◆ Stored data entries ◆
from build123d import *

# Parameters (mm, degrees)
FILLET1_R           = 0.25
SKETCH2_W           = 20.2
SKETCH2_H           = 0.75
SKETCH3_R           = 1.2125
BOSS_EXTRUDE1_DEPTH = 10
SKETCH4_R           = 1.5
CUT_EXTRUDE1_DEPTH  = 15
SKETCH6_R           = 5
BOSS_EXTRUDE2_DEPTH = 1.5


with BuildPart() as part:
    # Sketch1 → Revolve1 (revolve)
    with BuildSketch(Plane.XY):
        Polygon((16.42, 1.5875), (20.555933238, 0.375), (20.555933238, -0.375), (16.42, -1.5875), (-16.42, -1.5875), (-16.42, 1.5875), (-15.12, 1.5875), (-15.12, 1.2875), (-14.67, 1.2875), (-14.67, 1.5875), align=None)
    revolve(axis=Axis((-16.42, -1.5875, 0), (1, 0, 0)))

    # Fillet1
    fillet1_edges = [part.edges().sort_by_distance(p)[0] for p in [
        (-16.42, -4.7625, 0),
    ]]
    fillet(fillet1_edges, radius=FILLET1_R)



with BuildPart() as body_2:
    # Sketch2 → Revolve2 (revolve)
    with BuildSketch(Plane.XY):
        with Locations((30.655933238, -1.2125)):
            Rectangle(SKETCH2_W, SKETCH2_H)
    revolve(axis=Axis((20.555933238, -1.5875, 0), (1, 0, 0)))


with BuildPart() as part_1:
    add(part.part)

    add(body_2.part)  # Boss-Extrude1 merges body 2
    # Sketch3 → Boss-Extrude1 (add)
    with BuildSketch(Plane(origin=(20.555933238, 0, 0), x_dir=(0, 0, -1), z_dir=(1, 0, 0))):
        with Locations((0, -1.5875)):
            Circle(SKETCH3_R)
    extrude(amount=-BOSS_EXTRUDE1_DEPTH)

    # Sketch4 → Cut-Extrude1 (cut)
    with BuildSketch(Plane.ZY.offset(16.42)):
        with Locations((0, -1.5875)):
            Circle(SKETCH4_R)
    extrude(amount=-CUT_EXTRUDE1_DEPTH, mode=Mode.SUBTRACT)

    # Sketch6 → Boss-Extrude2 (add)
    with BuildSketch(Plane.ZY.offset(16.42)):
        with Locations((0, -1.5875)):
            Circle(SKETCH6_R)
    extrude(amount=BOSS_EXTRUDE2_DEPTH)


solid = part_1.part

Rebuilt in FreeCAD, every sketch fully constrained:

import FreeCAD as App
import Part
import Sketcher
Q = App.Units.Quantity


def edges_at(feature, points):
    """Names of the edges that pass closest to the given points."""
    edges = feature.Shape.Edges
    near = lambda p: min(range(len(edges)), key=lambda i: edges[i].distToShape(Part.Vertex(*p))[0])
    return sorted({f"Edge{near(p) + 1}" for p in points})


def add_polygon(sketch, points):
    """Adds a closed chain of lines whose ends are joined by coincident constraints."""
    first, n = sketch.GeometryCount, len(points)
    for a, b in zip(points, points[1:] + points[:1]):
        sketch.addGeometry(Part.LineSegment(App.Vector(*a, 0), App.Vector(*b, 0)), False)
    for i in range(n):
        sketch.addConstraint(Sketcher.Constraint("Coincident", first + i, 2, first + (i + 1) % n, 1))

doc = App.newDocument("Part")
params = doc.addObject("Spreadsheet::Sheet", "Params")
for row, (alias, value) in enumerate([
    ("sketch1_width", "1.3 mm"),
    ("sketch1_height", "0.3 mm"),
    ("sketch1_width2", "31.09 mm"),
    ("sketch1_width3", "0.45 mm"),
    ("sketch1_height2", "0.75 mm"),
    ("revolution_angle", "360 deg"),
    ("fillet_radius", "0.25 mm"),
    ("sketch2_width", "20.2 mm"),
    ("sketch2_height", "0.75 mm"),
    ("revolution2_angle", "360 deg"),
    ("pad1_length", "10 mm"),
    ("sketch4_diameter", "3 mm"),
    ("pocket1_length", "15 mm"),
    ("sketch5_diameter", "10 mm"),
    ("pad2_length", "1.5 mm"),
], start=1):
    params.set(f"A{row}", alias)
    params.set(f"B{row}", "=" + value)
    params.setAlias(f"B{row}", alias)

body = doc.addObject("PartDesign::Body", "Body")

# Sketch on XY plane
sketch1 = doc.addObject("Sketcher::SketchObject", "Sketch")
body.addObject(sketch1)
sketch1.AttachmentSupport = (doc.XY_Plane, [""])
sketch1.MapMode = "FlatFace"
add_polygon(sketch1, [(20.56, 0.38), (16.42, 1.59), (-14.67, 1.59), (-14.67, 1.29), (-15.12, 1.29), (-15.12, 1.59), (-16.42, 1.59), (-16.42, -1.59), (16.42, -1.59), (20.56, -0.38)])  # lines 0-9
sketch1.addGeometry(Part.LineSegment(App.Vector(-16.42, -1.59, 0), App.Vector(20.56, -1.59, 0)), True)  # axis
sketch1.addConstraint([
    Sketcher.Constraint("Horizontal", 1),
    Sketcher.Constraint("Vertical", 2),
    Sketcher.Constraint("Horizontal", 3),
    Sketcher.Constraint("Vertical", 4),
    Sketcher.Constraint("Horizontal", 5),
    Sketcher.Constraint("Vertical", 6),
    Sketcher.Constraint("Horizontal", 7),
    Sketcher.Constraint("Vertical", 9),
    Sketcher.Constraint("Horizontal", 10),
    Sketcher.Constraint("Coincident", 10, 1, 6, 2),
    Sketcher.Constraint("Symmetric", 0, 2, 6, 2, -1, 1),
    Sketcher.Constraint("Symmetric", 5, 2, 7, 2, -1, 1),
    Sketcher.Constraint("Vertical", 9, 2, 10, 2),
    Sketcher.Constraint("Equal", 0, 8),
    Sketcher.Constraint("DistanceX", 5, 2, 5, 1, Q("1.3 mm")),
    Sketcher.Constraint("DistanceY", 2, 2, 2, 1, Q("0.3 mm")),
    Sketcher.Constraint("DistanceX", 1, 2, 1, 1, Q("31.09 mm")),
    Sketcher.Constraint("DistanceX", 3, 2, 3, 1, Q("0.45 mm")),
    Sketcher.Constraint("DistanceY", 9, 1, 9, 2, Q("0.75 mm")),
    Sketcher.Constraint("Distance", 0, Q("4.31 mm")),
    Sketcher.Constraint("DistanceY", 6, 2, 6, 1, Q("3.175 mm")),
])
sketch1.setExpression("Constraints[24]", "Params.sketch1_width")
sketch1.setExpression("Constraints[25]", "Params.sketch1_height")
sketch1.setExpression("Constraints[26]", "Params.sketch1_width2")
sketch1.setExpression("Constraints[27]", "Params.sketch1_width3")
sketch1.setExpression("Constraints[28]", "Params.sketch1_height2")
revolution = doc.addObject("PartDesign::Revolution", "Revolution")
body.addObject(revolution)
revolution.Profile = sketch1
revolution.ReferenceAxis = (sketch1, ["Axis0"])
revolution.setExpression("Angle", "Params.revolution_angle")
doc.recompute()

fillet = doc.addObject("PartDesign::Fillet", "Fillet")
body.addObject(fillet)
fillet.Base = (revolution, edges_at(revolution, [(-16.42, -4.763, 0)]))
fillet.setExpression("Radius", "Params.fillet_radius")
body2 = doc.addObject("PartDesign::Body", "Body001")

# Sketch on XY plane
sketch2 = doc.addObject("Sketcher::SketchObject", "Sketch001")
body2.addObject(sketch2)
sketch2.AttachmentSupport = (doc.getObject("XY_Plane001"), [""])
sketch2.MapMode = "FlatFace"
add_polygon(sketch2, [(20.6, -0.8), (20.6, -1.6), (40.8, -1.6), (40.8, -0.8)])  # lines 0-3
sketch2.addGeometry(Part.LineSegment(App.Vector(20.6, -1.6, 0), App.Vector(40.8, -1.6, 0)), True)  # axis
sketch2.addConstraint([
    Sketcher.Constraint("Vertical", 0),
    Sketcher.Constraint("Horizontal", 1),
    Sketcher.Constraint("Vertical", 2),
    Sketcher.Constraint("Horizontal", 3),
    Sketcher.Constraint("Horizontal", 4),
    Sketcher.Constraint("Coincident", 4, 1, 0, 2),
    Sketcher.Constraint("Vertical", 2, 2, 4, 2),
    Sketcher.Constraint("DistanceX", 1, 1, 1, 2, Q("20.2 mm")),
    Sketcher.Constraint("DistanceY", 0, 2, 0, 1, Q("0.75 mm")),
    Sketcher.Constraint("DistanceY", 0, 2, -1, 1, Q("1.5875 mm")),
    Sketcher.Constraint("DistanceX", -1, 1, 0, 2, Q("20.555933 mm")),
])
sketch2.setExpression("Constraints[11]", "Params.sketch2_width")
sketch2.setExpression("Constraints[12]", "Params.sketch2_height")
revolution2 = doc.addObject("PartDesign::Revolution", "Revolution001")
body2.addObject(revolution2)
revolution2.Profile = sketch2
revolution2.ReferenceAxis = (sketch2, ["Axis0"])
revolution2.setExpression("Angle", "Params.revolution2_angle")
body.AllowCompound = True
doc.recompute()

boolean = doc.addObject("PartDesign::Boolean", "Boolean")
body.addObject(boolean)
boolean.Type = "Fuse"
boolean.addObjects([body2])

# Sketch on YZ plane
sketch3 = doc.addObject("Sketcher::SketchObject", "Sketch002")
body.addObject(sketch3)
sketch3.AttachmentSupport = (doc.YZ_Plane, [""])
sketch3.MapMode = "FlatFace"
sketch3.AttachmentOffset = App.Placement(App.Vector(0, 0, 20.555933), App.Rotation())
sketch3.addGeometry(Part.Circle(App.Vector(-1.6, 0, 0), App.Vector(0, 0, 1), 1.2), False)
sketch3.addConstraint([
    Sketcher.Constraint("PointOnObject", 0, 3, -1),
    Sketcher.Constraint("Diameter", 0, Q("2.425 mm")),
    Sketcher.Constraint("DistanceX", 0, 3, -1, 1, Q("1.5875 mm")),
])
pad1 = doc.addObject("PartDesign::Pad", "Pad")
body.addObject(pad1)
pad1.Profile = sketch3
pad1.setExpression("Length", "Params.pad1_length")
pad1.Reversed = True

# Sketch on YZ plane
sketch4 = doc.addObject("Sketcher::SketchObject", "Sketch003")
body.addObject(sketch4)
sketch4.AttachmentSupport = (doc.YZ_Plane, [""])
sketch4.MapMode = "FlatFace"
sketch4.AttachmentOffset = App.Placement(App.Vector(0, 0, -16.42), App.Rotation())
sketch4.addGeometry(Part.Circle(App.Vector(-1.6, 0, 0), App.Vector(0, 0, 1), 1.5), False)
sketch4.addConstraint([
    Sketcher.Constraint("PointOnObject", 0, 3, -1),
    Sketcher.Constraint("Diameter", 0, Q("3 mm")),
    Sketcher.Constraint("DistanceX", 0, 3, -1, 1, Q("1.5875 mm")),
])
sketch4.setExpression("Constraints[1]", "Params.sketch4_diameter")
pocket1 = doc.addObject("PartDesign::Pocket", "Pocket")
body.addObject(pocket1)
pocket1.Profile = sketch4
pocket1.setExpression("Length", "Params.pocket1_length")
pocket1.Reversed = True

# Sketch on YZ plane
sketch5 = doc.addObject("Sketcher::SketchObject", "Sketch004")
body.addObject(sketch5)
sketch5.AttachmentSupport = (doc.YZ_Plane, [""])
sketch5.MapMode = "FlatFace"
sketch5.AttachmentOffset = App.Placement(App.Vector(0, 0, -16.42), App.Rotation())
sketch5.addGeometry(Part.Circle(App.Vector(-2, 0, 0), App.Vector(0, 0, 1), 5), False)
sketch5.addConstraint([
    Sketcher.Constraint("PointOnObject", 0, 3, -1),
    Sketcher.Constraint("Diameter", 0, Q("10 mm")),
    Sketcher.Constraint("DistanceX", 0, 3, -1, 1, Q("1.5875 mm")),
])
sketch5.setExpression("Constraints[1]", "Params.sketch5_diameter")
pad2 = doc.addObject("PartDesign::Pad", "Pad001")
body.addObject(pad2)
pad2.Profile = sketch5
pad2.setExpression("Length", "Params.pad2_length")
pad2.Reversed = True

doc.recompute()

◆ THE TASK ◆
Looking at the entries above, can you reproduce exactly the lines from the one that holds "add(part.part)" through the one that holds "Circle(SKETCH4_R)", and only those?

◆ RESPONSE TO THIS EXERCISE ◆
    add(part.part)

    add(body_2.part)  # Boss-Extrude1 merges body 2
    # Sketch3 → Boss-Extrude1 (add)
    with BuildSketch(Plane(origin=(20.555933238, 0, 0), x_dir=(0, 0, -1), z_dir=(1, 0, 0))):
        with Locations((0, -1.5875)):
            Circle(SKETCH3_R)
    extrude(amount=-BOSS_EXTRUDE1_DEPTH)

    # Sketch4 → Cut-Extrude1 (cut)
    with BuildSketch(Plane.ZY.offset(16.42)):
        with Locations((0, -1.5875)):
            Circle(SKETCH4_R)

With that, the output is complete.